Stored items
—————

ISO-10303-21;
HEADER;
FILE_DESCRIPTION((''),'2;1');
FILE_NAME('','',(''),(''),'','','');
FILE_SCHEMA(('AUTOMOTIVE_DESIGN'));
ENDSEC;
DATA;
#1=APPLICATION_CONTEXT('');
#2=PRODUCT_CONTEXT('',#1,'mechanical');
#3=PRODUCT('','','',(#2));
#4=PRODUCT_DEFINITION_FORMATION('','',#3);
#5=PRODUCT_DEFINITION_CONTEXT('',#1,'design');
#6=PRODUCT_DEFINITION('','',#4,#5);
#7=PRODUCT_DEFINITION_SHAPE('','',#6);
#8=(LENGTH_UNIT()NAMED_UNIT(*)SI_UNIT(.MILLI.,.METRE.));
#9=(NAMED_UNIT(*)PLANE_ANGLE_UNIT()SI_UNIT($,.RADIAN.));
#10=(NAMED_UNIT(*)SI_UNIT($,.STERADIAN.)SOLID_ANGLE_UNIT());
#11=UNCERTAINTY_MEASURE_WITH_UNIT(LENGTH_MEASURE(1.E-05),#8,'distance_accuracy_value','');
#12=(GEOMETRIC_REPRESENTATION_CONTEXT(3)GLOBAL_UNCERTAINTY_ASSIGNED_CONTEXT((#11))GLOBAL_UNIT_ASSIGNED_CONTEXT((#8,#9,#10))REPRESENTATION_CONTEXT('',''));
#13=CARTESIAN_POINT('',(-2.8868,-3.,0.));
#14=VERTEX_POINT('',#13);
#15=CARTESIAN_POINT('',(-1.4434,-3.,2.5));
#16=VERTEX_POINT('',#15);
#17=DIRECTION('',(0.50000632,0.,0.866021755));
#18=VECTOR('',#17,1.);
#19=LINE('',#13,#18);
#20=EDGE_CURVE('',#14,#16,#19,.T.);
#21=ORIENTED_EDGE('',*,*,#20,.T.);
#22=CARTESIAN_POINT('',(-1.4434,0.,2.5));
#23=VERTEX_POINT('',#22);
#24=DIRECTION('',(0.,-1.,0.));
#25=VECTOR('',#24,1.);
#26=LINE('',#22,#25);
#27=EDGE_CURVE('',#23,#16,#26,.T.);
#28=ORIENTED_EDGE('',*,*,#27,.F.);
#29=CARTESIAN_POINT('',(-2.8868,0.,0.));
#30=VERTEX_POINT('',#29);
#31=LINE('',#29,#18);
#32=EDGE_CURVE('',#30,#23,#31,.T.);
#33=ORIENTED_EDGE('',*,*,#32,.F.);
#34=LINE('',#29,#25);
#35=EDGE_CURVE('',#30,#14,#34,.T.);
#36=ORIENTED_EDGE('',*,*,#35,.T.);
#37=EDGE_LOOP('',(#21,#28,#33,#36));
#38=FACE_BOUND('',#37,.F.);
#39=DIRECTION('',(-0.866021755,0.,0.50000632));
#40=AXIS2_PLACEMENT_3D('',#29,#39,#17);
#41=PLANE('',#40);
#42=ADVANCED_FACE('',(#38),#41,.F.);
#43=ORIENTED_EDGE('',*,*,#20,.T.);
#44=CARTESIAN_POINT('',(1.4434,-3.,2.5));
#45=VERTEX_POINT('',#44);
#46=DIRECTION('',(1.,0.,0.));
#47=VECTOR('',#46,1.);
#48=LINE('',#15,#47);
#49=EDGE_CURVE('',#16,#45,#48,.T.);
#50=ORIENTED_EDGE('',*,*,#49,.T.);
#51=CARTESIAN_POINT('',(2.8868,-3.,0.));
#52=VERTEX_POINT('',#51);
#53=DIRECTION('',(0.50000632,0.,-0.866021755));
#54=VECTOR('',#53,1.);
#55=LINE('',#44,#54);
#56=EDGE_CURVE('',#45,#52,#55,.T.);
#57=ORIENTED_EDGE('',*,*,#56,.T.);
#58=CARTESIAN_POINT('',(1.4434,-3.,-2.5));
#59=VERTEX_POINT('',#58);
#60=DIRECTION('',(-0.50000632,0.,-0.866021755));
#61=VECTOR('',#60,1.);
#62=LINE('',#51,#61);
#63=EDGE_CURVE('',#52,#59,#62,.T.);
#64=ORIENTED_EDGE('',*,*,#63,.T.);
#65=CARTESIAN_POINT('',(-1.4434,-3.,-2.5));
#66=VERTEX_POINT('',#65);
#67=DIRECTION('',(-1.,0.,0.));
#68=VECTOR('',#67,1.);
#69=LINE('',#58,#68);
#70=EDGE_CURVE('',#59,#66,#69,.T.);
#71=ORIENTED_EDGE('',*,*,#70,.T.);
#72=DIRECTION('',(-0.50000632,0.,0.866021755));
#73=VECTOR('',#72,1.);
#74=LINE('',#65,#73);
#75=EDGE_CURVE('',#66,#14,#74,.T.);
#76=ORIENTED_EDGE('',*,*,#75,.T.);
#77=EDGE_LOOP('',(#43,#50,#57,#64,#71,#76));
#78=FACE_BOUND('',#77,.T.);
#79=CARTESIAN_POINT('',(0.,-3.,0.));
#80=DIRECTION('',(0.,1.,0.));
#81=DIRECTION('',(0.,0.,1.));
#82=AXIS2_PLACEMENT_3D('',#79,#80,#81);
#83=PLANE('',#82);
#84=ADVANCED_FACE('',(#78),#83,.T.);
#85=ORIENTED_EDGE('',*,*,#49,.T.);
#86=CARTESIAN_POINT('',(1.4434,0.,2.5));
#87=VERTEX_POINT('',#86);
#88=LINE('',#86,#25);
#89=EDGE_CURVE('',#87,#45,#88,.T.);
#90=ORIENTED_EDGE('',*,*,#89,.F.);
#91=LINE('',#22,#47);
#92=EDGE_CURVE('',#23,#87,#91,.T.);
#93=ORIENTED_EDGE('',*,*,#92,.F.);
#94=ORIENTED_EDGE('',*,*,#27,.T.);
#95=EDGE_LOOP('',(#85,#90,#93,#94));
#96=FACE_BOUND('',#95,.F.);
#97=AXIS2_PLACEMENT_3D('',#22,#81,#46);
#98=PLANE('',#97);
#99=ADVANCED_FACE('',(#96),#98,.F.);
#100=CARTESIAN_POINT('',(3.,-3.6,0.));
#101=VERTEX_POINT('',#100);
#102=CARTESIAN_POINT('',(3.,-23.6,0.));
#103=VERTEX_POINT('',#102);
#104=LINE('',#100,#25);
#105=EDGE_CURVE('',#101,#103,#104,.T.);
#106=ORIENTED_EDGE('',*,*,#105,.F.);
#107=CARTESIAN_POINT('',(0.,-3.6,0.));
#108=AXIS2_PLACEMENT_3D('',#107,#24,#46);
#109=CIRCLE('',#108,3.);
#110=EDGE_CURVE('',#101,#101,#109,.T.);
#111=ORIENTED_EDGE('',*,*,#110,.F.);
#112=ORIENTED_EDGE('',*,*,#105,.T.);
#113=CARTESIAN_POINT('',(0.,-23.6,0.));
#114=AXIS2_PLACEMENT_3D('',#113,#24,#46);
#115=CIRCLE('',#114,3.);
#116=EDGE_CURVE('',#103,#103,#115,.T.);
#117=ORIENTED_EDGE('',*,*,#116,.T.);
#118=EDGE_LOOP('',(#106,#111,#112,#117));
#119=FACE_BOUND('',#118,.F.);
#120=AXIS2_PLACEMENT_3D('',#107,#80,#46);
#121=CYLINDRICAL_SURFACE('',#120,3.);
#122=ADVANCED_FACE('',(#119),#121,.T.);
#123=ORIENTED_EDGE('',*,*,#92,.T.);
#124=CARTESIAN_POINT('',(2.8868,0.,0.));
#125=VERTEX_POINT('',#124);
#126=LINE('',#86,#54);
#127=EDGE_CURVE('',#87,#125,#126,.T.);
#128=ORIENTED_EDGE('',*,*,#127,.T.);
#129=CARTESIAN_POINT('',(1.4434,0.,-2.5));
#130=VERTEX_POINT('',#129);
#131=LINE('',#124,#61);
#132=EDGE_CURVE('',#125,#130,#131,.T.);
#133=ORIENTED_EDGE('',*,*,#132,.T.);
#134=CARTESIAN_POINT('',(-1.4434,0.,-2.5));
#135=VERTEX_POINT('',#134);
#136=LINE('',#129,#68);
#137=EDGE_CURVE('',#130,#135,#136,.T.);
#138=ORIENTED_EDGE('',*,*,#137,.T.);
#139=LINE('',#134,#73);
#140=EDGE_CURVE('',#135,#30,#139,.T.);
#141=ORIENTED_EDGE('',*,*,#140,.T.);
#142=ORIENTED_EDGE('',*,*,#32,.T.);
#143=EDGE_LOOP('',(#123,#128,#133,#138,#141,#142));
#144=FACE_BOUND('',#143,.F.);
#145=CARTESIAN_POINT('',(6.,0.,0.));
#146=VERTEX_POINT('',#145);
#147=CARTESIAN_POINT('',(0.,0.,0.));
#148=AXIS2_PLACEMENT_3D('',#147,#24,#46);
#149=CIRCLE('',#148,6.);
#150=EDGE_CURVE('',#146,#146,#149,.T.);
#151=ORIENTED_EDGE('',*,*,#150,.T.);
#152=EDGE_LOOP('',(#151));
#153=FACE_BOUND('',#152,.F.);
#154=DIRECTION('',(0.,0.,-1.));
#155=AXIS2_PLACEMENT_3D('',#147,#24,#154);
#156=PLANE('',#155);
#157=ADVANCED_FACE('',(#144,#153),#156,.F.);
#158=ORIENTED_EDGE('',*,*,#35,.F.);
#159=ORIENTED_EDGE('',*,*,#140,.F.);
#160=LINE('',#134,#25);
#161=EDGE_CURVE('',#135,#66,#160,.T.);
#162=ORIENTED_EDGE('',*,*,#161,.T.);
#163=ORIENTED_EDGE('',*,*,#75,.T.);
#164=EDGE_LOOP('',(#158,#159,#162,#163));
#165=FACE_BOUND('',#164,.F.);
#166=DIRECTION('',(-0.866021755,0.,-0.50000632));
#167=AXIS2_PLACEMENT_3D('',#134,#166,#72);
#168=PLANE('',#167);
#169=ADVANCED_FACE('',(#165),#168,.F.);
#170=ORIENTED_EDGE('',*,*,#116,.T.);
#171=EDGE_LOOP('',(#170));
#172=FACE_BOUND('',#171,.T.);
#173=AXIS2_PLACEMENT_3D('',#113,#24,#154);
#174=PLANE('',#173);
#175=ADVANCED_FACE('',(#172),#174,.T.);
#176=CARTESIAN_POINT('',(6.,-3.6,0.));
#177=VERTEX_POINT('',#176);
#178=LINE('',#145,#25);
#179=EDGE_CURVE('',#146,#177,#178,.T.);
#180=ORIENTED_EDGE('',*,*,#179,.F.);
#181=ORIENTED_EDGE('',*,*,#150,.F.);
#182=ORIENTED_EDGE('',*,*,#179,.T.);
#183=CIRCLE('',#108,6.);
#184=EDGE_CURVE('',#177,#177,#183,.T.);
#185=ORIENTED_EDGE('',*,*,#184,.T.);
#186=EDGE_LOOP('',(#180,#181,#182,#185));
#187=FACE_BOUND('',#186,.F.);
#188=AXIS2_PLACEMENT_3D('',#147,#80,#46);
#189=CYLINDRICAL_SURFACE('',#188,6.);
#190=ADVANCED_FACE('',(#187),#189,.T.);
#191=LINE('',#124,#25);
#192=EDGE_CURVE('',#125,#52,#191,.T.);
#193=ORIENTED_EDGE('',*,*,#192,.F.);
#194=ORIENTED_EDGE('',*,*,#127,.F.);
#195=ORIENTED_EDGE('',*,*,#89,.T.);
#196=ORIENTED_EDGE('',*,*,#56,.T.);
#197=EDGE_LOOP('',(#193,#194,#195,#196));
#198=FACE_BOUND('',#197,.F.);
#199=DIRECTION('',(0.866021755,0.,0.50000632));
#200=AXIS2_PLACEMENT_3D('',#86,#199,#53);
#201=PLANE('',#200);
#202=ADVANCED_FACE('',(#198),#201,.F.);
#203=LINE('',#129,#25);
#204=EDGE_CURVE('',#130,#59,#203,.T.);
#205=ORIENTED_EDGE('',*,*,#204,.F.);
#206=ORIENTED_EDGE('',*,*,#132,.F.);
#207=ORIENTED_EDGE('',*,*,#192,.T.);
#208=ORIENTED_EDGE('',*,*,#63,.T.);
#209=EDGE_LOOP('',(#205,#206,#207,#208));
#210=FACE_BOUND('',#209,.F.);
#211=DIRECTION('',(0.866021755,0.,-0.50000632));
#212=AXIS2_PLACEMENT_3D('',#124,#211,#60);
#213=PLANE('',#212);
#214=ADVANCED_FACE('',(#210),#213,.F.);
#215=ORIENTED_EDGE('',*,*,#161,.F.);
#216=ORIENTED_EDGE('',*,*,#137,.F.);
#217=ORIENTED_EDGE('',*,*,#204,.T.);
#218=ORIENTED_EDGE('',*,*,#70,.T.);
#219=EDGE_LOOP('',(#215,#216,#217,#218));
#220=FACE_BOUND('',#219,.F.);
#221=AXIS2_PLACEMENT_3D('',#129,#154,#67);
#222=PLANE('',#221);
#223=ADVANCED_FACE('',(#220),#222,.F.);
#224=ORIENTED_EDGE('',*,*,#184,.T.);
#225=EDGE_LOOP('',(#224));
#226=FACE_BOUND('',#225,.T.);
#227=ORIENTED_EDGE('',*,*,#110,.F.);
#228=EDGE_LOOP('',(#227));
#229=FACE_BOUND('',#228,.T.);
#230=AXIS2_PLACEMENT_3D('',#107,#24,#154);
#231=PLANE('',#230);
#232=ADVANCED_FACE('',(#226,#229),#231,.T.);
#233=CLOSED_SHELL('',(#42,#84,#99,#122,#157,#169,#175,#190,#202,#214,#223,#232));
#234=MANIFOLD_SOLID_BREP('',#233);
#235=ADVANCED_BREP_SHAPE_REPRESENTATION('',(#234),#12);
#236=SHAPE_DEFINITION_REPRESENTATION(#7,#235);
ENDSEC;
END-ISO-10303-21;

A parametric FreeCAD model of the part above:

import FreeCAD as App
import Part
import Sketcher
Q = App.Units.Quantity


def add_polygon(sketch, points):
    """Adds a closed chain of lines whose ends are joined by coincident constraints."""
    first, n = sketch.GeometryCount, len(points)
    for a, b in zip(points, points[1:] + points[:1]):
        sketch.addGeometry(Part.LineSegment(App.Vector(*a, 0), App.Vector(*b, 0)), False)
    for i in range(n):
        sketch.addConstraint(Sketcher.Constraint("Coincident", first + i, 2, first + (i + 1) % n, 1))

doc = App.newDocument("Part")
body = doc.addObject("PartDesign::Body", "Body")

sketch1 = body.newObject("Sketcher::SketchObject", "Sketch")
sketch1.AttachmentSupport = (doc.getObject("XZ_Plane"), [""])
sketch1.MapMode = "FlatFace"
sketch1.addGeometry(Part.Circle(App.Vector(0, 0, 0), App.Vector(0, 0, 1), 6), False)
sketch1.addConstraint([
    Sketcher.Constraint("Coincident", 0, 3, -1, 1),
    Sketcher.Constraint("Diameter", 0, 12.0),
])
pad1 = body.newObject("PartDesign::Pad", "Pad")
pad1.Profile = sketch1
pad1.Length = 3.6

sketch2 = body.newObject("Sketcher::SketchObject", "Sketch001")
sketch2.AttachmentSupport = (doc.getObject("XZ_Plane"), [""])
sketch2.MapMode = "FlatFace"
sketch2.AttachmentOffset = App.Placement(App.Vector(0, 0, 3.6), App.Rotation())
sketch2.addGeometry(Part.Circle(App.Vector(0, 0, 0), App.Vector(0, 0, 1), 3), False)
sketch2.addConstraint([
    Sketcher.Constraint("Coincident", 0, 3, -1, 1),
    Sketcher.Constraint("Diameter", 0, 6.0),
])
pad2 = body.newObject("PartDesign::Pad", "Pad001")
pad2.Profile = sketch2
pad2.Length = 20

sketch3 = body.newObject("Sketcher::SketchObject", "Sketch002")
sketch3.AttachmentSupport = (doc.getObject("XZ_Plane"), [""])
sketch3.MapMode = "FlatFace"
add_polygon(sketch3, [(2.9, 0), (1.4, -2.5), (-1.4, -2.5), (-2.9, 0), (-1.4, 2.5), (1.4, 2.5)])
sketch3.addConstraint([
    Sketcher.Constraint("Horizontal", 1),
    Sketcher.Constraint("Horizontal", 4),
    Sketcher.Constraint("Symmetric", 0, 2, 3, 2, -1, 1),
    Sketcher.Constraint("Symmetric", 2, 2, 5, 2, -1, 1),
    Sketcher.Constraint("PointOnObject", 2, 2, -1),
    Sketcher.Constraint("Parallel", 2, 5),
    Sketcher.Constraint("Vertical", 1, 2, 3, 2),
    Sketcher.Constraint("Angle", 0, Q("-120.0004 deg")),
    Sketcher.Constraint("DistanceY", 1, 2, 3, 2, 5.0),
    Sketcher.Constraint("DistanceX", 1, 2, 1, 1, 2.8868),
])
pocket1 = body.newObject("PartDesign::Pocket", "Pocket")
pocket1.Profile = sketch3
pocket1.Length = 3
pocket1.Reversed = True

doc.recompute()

—————

Copy, exactly and only, the lines above that begin with the one containing "#187=FACE_BOUND('',#186,.F.);" and finish with the one containing "#203=LINE('',#129,#25);".

#187=FACE_BOUND('',#186,.F.);
#188=AXIS2_PLACEMENT_3D('',#147,#80,#46);
#189=CYLINDRICAL_SURFACE('',#188,6.);
#190=ADVANCED_FACE('',(#187),#189,.T.);
#191=LINE('',#124,#25);
#192=EDGE_CURVE('',#125,#52,#191,.T.);
#193=ORIENTED_EDGE('',*,*,#192,.F.);
#194=ORIENTED_EDGE('',*,*,#127,.F.);
#195=ORIENTED_EDGE('',*,*,#89,.T.);
#196=ORIENTED_EDGE('',*,*,#56,.T.);
#197=EDGE_LOOP('',(#193,#194,#195,#196));
#198=FACE_BOUND('',#197,.F.);
#199=DIRECTION('',(0.866021755,0.,0.50000632));
#200=AXIS2_PLACEMENT_3D('',#86,#199,#53);
#201=PLANE('',#200);
#202=ADVANCED_FACE('',(#198),#201,.F.);
#203=LINE('',#129,#25);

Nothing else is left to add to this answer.